Well, once again, that’s not entirely true. Using these tools to solve puzzles and get to locations I didn’t think were possibly is very satisfying. The handful of shrines (self-contained puzzle rooms, just like Breath of the Wild) that I’ve been to are all unique and offer interesting ways to use these tools to overcome problems. I like the thinking and the planning that they offer. The number of verbs and systems in play is pretty overwhelming, but I’m not opposed to that level of complexity. But as a primary mechanic, building vehicles and Rube Goldberg-esque contraptions has never really been a thing I’m interested in. I tend to avoid games that are, like, “Build your own spaceship!” or “Build your own boat!” in favor of “build a house” or “decorate this garden.” I was always a Creative Mode kid in Minecraft. I never cared much for the crafting and spelunking. Part of the reason why I never finished Subnautica is that the second half of the game turns into “You better keep this submarine working if you want to survive.” And seeing that this central mechanic to Tears of the Kingdom is in the same vein is, well, a little disappointing.
I had a handful of people tell me that they bounced off of (or in one of my coworker’s cases, vehemently loathed and refuses to acknowledge) Breath of the Wild because it wasn’t what they liked about Zelda as a series. And I get that; I loved the game, because it was one of my first open-world games (barring Skyrim, maybe the first), but my biggest complaint was that there weren’t enough dungeons. The things I love from Zelda are the complicated, moving puzzle box dungeons of Majora’s Mask or Skyward Sword. Give me your Sand Ships and Arbiter’s Grounds, or your Ancient Cisterns and Lakebed Temples. Breath of the Wild had some of those, but not enough. Tears of the Kingdom has… well, it’s yet to be seen.
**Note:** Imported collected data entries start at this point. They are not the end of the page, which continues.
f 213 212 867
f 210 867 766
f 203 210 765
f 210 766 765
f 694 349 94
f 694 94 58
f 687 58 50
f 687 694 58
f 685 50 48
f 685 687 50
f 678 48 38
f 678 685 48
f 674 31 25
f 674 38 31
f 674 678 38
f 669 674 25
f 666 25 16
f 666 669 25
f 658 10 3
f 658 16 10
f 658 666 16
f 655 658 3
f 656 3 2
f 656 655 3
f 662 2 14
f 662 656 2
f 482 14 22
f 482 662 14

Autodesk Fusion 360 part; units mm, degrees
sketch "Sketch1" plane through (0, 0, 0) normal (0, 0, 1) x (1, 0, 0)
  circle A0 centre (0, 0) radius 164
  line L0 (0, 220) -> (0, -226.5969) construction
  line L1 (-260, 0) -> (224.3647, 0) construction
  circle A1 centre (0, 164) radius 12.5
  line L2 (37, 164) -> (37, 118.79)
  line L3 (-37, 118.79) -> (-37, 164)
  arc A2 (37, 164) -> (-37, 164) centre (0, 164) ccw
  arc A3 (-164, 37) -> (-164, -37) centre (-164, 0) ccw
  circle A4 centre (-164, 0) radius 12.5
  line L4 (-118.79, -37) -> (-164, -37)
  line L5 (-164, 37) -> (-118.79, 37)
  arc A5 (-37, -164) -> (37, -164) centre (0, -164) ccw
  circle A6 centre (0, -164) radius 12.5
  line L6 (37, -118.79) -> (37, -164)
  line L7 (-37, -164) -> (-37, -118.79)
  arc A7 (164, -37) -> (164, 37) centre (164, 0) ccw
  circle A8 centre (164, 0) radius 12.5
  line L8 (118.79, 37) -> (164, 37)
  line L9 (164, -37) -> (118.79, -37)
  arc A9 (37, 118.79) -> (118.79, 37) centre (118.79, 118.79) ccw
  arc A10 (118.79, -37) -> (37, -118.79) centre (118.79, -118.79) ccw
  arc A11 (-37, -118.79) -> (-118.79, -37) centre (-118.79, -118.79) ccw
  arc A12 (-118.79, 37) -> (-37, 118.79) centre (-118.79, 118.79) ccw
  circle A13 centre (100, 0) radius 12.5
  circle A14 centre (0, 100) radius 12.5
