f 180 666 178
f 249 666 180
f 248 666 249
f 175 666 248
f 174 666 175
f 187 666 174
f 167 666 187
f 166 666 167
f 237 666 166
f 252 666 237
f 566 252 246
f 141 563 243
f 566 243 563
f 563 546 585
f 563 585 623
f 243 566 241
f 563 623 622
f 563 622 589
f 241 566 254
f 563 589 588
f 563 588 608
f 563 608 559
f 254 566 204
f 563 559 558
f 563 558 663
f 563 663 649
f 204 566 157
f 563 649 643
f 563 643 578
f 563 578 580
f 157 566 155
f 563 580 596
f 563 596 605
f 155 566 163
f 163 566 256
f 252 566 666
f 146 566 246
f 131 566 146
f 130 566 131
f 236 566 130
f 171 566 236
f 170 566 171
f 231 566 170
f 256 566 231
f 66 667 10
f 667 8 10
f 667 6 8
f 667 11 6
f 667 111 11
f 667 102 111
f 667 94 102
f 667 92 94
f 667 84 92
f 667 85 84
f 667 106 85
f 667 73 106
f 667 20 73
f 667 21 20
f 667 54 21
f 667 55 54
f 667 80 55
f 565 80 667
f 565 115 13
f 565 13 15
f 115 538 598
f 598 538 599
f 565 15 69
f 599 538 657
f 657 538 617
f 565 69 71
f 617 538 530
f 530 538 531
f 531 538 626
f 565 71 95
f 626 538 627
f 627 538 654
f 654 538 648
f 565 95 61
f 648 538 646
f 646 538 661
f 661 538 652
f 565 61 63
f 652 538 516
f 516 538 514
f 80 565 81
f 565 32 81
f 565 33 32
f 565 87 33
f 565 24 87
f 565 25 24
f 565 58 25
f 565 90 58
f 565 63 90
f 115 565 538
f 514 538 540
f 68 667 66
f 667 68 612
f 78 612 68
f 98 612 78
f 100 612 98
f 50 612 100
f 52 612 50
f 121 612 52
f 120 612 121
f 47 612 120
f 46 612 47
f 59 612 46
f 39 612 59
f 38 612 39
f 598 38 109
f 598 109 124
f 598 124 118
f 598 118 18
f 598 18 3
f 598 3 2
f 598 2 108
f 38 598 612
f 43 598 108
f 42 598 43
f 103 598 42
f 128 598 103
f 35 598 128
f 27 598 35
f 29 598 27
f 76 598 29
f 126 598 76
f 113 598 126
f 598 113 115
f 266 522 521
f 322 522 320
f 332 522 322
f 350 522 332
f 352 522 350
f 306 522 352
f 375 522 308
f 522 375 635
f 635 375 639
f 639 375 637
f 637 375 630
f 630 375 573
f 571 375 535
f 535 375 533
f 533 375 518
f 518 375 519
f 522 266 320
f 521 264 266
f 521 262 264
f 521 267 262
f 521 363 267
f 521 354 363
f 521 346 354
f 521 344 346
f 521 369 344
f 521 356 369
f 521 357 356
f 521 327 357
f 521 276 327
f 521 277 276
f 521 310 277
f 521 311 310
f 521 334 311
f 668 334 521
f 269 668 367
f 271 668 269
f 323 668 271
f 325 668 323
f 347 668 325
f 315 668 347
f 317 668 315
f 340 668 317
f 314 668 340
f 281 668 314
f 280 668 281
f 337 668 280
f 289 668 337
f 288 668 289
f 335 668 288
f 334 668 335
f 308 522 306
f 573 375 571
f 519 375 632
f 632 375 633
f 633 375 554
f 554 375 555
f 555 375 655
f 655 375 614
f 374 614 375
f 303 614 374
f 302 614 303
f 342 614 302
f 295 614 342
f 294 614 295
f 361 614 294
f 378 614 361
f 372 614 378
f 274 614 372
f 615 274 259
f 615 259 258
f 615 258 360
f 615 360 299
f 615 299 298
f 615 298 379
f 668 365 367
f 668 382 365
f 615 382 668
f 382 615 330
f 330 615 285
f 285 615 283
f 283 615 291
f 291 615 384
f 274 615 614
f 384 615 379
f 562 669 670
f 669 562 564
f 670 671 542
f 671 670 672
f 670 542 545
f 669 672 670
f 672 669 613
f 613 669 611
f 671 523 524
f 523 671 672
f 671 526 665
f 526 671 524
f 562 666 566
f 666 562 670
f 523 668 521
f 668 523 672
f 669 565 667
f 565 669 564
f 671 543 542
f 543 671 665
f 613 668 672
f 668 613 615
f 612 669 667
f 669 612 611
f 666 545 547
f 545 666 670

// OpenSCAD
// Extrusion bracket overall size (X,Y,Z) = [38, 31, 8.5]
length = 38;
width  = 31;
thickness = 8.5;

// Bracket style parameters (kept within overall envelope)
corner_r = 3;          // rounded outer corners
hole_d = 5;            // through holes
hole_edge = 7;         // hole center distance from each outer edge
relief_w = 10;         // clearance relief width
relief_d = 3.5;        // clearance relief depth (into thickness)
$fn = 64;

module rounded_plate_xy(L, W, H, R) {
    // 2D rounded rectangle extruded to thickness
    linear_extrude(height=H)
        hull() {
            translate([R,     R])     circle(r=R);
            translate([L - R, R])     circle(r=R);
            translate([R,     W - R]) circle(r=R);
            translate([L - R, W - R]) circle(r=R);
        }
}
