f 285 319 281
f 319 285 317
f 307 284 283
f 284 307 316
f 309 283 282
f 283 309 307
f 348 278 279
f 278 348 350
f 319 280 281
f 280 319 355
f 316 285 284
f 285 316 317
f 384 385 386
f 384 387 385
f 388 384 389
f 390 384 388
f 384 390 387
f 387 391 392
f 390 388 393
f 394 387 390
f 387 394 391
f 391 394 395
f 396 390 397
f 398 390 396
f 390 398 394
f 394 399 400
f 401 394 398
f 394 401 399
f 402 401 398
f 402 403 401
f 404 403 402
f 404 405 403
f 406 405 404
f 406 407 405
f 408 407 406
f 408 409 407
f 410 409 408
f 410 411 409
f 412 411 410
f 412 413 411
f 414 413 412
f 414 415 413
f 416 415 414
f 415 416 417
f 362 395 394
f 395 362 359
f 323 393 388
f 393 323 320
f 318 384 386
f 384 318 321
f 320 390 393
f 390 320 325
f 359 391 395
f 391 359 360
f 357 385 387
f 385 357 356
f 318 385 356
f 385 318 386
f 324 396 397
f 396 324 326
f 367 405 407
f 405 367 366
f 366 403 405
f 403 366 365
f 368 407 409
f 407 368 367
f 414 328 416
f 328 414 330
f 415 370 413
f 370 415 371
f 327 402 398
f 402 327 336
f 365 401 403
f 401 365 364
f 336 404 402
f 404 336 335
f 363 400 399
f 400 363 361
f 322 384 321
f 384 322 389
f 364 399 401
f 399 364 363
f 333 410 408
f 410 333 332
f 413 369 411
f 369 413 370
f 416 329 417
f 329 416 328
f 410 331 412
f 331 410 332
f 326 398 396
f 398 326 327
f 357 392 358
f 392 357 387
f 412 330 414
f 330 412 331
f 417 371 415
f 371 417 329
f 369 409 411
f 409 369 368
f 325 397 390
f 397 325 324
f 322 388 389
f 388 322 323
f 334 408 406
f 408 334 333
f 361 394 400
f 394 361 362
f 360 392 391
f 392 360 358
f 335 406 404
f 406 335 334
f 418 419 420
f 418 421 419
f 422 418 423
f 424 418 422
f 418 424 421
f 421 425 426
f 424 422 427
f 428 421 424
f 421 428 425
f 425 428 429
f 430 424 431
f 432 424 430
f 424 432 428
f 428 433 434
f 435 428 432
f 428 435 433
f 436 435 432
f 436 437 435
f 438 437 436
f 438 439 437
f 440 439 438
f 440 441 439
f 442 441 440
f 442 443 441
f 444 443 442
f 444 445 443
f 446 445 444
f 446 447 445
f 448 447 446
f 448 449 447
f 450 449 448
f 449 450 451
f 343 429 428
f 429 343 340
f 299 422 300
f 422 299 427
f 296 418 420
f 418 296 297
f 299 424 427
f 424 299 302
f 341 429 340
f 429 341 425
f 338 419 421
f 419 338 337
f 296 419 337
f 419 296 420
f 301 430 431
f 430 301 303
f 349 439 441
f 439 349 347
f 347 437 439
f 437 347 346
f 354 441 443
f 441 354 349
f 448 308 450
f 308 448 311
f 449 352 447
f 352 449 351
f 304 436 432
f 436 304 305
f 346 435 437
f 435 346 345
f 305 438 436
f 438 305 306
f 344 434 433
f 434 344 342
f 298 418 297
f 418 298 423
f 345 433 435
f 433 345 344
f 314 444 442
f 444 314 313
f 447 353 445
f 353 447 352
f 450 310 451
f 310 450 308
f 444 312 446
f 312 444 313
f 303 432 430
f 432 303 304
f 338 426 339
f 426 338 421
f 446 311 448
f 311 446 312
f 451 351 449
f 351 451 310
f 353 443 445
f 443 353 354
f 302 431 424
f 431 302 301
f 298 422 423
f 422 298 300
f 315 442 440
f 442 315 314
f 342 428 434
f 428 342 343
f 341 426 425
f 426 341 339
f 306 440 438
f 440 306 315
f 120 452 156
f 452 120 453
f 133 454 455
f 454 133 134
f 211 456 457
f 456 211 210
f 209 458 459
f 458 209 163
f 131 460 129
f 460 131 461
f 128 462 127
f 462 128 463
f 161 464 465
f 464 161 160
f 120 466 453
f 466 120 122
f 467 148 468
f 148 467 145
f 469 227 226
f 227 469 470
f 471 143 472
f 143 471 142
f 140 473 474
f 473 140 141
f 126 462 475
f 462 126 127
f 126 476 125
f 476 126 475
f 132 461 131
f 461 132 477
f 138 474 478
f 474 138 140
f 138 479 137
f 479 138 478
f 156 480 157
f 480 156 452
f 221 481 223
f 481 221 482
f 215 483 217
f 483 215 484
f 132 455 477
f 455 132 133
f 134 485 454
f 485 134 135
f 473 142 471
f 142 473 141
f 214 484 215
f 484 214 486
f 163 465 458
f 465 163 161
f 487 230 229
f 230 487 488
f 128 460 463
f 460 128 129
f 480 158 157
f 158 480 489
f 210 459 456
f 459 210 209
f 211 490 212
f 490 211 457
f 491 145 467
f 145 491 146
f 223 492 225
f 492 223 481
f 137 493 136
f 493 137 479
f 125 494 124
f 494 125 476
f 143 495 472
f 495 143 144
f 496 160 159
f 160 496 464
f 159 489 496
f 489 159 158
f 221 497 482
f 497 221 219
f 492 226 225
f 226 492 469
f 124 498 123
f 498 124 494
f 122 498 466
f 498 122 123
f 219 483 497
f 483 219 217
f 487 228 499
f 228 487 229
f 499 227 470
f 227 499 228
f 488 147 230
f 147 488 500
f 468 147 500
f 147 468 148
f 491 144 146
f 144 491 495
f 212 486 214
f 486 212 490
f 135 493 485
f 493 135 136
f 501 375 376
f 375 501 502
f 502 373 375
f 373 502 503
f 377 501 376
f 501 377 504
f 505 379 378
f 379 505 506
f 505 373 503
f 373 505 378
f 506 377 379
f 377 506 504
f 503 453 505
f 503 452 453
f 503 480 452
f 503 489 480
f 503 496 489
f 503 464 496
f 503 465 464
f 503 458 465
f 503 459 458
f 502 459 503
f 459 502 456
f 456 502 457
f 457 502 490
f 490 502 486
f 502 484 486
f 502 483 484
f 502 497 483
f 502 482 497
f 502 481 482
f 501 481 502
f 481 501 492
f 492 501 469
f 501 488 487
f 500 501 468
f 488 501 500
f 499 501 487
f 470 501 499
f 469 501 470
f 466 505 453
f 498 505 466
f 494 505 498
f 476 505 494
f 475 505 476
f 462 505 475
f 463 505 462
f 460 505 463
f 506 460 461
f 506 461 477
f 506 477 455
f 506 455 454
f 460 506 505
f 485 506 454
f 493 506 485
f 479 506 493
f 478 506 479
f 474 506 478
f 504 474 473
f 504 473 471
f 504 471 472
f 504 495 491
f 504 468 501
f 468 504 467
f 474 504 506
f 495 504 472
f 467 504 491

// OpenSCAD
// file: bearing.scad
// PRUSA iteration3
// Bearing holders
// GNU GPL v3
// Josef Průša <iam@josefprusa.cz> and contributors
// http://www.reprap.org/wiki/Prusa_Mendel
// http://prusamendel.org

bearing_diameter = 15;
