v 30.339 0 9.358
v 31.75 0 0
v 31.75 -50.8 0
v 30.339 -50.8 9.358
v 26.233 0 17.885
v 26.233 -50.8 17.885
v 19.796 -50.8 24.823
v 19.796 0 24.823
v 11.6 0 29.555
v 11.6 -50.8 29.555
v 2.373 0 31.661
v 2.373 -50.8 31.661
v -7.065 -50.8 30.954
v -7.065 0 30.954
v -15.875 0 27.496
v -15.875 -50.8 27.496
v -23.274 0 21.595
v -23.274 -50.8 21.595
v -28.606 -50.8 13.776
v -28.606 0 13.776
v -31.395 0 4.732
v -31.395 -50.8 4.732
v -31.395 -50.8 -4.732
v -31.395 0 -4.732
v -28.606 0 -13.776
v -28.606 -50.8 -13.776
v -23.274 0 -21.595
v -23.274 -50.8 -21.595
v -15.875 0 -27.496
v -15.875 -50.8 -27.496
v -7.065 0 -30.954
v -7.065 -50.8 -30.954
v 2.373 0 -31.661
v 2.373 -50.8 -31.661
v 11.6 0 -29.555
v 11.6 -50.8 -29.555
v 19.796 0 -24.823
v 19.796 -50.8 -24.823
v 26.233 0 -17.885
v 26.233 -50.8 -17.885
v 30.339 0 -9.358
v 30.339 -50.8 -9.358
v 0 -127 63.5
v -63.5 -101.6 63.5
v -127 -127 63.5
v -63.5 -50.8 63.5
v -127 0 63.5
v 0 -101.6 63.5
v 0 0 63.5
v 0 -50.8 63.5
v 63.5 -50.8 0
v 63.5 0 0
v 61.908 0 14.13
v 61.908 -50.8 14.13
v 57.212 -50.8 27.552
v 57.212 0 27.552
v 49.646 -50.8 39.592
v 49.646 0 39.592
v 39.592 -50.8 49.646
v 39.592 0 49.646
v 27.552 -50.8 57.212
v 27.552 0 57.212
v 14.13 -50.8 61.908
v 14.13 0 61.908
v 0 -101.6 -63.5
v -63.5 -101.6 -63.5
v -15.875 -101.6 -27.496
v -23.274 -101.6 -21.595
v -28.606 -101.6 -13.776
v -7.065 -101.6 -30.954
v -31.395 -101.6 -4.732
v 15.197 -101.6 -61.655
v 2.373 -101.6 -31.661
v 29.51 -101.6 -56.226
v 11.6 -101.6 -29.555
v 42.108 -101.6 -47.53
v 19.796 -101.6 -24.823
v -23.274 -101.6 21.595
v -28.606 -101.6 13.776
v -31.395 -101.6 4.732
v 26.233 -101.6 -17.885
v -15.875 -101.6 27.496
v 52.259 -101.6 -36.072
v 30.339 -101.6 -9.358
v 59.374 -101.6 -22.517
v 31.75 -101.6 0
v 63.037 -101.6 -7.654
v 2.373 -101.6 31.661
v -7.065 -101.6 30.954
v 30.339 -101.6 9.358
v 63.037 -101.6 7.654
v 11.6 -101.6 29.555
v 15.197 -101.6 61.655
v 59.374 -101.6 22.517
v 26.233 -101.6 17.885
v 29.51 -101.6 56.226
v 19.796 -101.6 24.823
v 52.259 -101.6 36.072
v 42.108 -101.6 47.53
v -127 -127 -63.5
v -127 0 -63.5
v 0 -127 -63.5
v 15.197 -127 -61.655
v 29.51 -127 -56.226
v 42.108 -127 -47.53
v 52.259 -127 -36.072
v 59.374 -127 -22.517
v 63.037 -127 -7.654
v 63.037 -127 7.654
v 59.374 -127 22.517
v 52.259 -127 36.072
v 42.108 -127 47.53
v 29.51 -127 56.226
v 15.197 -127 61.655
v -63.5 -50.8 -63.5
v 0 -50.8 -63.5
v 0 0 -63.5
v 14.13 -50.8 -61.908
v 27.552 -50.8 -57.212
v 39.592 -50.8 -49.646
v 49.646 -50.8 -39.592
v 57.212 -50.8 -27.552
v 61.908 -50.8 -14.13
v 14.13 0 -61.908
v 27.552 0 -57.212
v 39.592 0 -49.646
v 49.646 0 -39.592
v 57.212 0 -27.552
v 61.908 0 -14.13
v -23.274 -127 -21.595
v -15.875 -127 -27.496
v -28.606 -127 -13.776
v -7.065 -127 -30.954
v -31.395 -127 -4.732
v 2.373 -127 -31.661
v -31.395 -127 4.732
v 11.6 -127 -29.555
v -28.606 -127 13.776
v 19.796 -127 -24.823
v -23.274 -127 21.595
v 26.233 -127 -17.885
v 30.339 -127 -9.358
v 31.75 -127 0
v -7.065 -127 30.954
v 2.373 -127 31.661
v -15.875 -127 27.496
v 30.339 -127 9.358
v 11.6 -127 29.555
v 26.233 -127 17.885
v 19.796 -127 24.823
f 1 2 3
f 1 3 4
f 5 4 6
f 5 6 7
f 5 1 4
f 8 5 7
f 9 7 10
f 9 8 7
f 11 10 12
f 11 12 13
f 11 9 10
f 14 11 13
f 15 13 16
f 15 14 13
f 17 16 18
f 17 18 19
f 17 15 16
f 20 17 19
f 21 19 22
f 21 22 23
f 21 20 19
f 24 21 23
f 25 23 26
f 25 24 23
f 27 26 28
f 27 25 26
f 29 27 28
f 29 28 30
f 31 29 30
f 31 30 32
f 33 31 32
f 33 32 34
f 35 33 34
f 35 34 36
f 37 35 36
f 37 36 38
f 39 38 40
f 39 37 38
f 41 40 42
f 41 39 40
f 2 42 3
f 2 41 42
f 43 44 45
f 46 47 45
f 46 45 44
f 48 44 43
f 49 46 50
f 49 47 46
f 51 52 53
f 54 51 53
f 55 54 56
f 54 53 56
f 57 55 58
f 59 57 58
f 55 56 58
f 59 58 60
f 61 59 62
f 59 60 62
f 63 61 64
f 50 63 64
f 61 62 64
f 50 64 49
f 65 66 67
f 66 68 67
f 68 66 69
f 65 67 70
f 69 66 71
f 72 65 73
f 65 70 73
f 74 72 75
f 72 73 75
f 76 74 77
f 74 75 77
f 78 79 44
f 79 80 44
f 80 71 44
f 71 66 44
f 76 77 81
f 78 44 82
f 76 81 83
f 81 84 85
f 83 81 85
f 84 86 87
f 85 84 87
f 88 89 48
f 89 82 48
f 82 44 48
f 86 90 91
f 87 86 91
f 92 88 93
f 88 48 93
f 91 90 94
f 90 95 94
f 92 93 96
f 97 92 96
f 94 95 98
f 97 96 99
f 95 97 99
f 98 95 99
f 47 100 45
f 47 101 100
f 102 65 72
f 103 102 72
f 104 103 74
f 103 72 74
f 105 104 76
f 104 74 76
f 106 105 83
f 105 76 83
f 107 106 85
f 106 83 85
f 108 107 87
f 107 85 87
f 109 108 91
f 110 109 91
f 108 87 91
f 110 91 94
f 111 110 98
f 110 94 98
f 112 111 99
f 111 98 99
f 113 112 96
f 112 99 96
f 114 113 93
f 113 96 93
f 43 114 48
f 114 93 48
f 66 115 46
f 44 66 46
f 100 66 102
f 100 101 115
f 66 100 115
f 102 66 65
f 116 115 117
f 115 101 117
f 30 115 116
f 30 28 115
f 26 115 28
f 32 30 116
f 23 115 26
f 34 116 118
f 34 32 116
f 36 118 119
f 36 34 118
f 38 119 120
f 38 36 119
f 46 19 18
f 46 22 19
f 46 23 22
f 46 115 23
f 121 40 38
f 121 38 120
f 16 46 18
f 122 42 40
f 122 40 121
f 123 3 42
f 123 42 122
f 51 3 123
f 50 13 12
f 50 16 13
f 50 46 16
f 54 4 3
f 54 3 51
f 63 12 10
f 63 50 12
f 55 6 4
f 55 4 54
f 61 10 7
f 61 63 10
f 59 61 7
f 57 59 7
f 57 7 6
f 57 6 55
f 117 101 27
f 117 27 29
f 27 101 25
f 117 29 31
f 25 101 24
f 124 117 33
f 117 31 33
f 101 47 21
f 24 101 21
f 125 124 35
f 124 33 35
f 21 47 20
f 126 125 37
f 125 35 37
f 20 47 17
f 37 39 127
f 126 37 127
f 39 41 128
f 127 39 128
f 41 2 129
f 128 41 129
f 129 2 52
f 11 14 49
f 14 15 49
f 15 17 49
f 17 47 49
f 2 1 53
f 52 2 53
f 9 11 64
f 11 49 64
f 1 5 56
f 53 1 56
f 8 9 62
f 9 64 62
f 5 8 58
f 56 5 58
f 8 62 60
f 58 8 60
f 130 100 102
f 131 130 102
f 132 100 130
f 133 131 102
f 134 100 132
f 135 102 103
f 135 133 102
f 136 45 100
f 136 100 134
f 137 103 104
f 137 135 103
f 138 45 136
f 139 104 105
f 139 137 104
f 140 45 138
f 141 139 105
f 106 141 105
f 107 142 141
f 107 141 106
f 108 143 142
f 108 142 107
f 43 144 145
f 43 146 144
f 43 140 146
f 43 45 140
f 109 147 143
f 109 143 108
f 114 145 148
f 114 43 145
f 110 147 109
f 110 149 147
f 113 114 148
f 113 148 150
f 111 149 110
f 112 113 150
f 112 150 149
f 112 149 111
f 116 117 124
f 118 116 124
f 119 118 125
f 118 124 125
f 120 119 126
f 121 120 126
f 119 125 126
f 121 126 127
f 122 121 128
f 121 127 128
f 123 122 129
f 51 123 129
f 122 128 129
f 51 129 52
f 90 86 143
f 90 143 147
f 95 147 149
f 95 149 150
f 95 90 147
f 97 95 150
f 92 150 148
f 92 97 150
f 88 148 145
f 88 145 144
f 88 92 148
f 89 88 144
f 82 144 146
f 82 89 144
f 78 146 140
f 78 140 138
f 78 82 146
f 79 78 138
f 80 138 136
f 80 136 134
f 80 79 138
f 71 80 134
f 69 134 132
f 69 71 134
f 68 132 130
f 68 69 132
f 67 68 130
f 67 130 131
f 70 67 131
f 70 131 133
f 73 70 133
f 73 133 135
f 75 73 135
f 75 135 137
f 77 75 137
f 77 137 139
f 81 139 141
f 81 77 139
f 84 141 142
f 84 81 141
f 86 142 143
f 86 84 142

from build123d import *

# Parameters (mm, degrees)
F0_R     = 31.75
F1_DEPTH = 50.8
F3_R     = 31.75
F4_DEPTH = 25.4
F5_W     = 63.5
F5_H     = 127
F6_DEPTH = 50.8
F7_W     = 63.5
F7_H     = 127
F8_DEPTH = 50.8


with BuildPart() as f1:
    # F0 (on Front) → F1 (new body)
    with BuildSketch(Plane.XZ):
        with BuildLine():
            ThreePointArc((0, -63.5), (44.9012806053, -44.9012806053), (63.5, 0))
            ThreePointArc((63.5, 0), (44.9012806053, 44.9012806053), (0, 63.5))
            ThreePointArc((0, 63.5), (-63.5, 0), (0, -63.5))
        make_face()
        Circle(F0_R, mode=Mode.SUBTRACT)
        with BuildLine():
            ThreePointArc((0, -63.5), (-63.5, 0), (0, 63.5))
            Line((0, 63.5), (-127, 63.5))
            Line((-127, 63.5), (-127, -63.5))
            Line((-127, -63.5), (0, -63.5))
        make_face()
    extrude(amount=F1_DEPTH)



with BuildPart() as f4:
    # F3 (on offset) → F4 (new body)
    with BuildSketch(Plane.XZ.offset(101.6)):
        with BuildLine():
            Line((-127, 63.5), (-127, -63.5))
            Line((-127, -63.5), (0, -63.5))
            ThreePointArc((0, -63.5), (63.5, 0), (0, 63.5))
            Line((0, 63.5), (-127, 63.5))
        make_face()
        Circle(F3_R, mode=Mode.SUBTRACT)
    extrude(amount=F4_DEPTH)


with BuildPart() as f6:
    # F5 (on face) → F6 (new body, through all)
    with BuildSketch(Plane.XZ.offset(50.8)):
        with Locations((-95.25, 0)):
            Rectangle(F5_W, F5_H)
    extrude(amount=F6_DEPTH)


with BuildPart() as f1_1:
    add(f1.part)

    add(f4.part)  # F8 merges F4

    add(f6.part)  # F8 merges F6
    # F7 (on face) → F8 (join, through all)
    with BuildSketch(Plane.XZ.offset(50.8)):
        with Locations((-95.25, 0)):
            Rectangle(F7_W, F7_H)
    extrude(amount=F8_DEPTH)


solid = f1_1.part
My biggest complaint with Elden Ring is basically the same, too, not enough dungeons, not enough dedicated, self-contained spaces where the challenge is exploration and traversal. But I also learned something important about myself from Elden Ring, and it’s that I will let myself kill a game I love if I’m not careful. I want to love Tears of the Kingdom, and I’m sure I will. It’s already got its hooks in me, and I want to keep playing it, work be damned. But I have to keep in mind that I cannot rush a game like this. In my effort to explore every crevice, every cave, and in my effort to force myself to engage with systems that I’m not keen on, I think I’ll just grow to resent the game for not being what I want it to be. The disorienting and overwhelming scale of something like this is supposed to be fun. I paid seventy dollars for this giant sandbox because it’s fun, not because I have some obligation to uncover every secret. And if I’m not having fun, I don’t have to play it. I can come back to it later, or, better yet, go somewhere else in the game. Shigeru Miyamoto is not holding a gun to my head (anymore), and he already took my money.
Tears of the Kingdom is a game that I’m going to need to take my time with if I actually want to enjoy my time with it. I haven’t been waiting six damn years to not enjoy this game. I know that I can have fun with it, I just need to let myself… relax, I guess? And not get bogged down by trying to explore everything. That seems like something most people can just… do, but… I don’t know. I’ve only barely scratched the surface of what this game has, and I’m eager to play more, so that’s a good sign. Any kind of criticism at this point feels premature. But it is, if nothing else, off to a very interesting start. And I’ll be sure to keep you updated and see where it goes.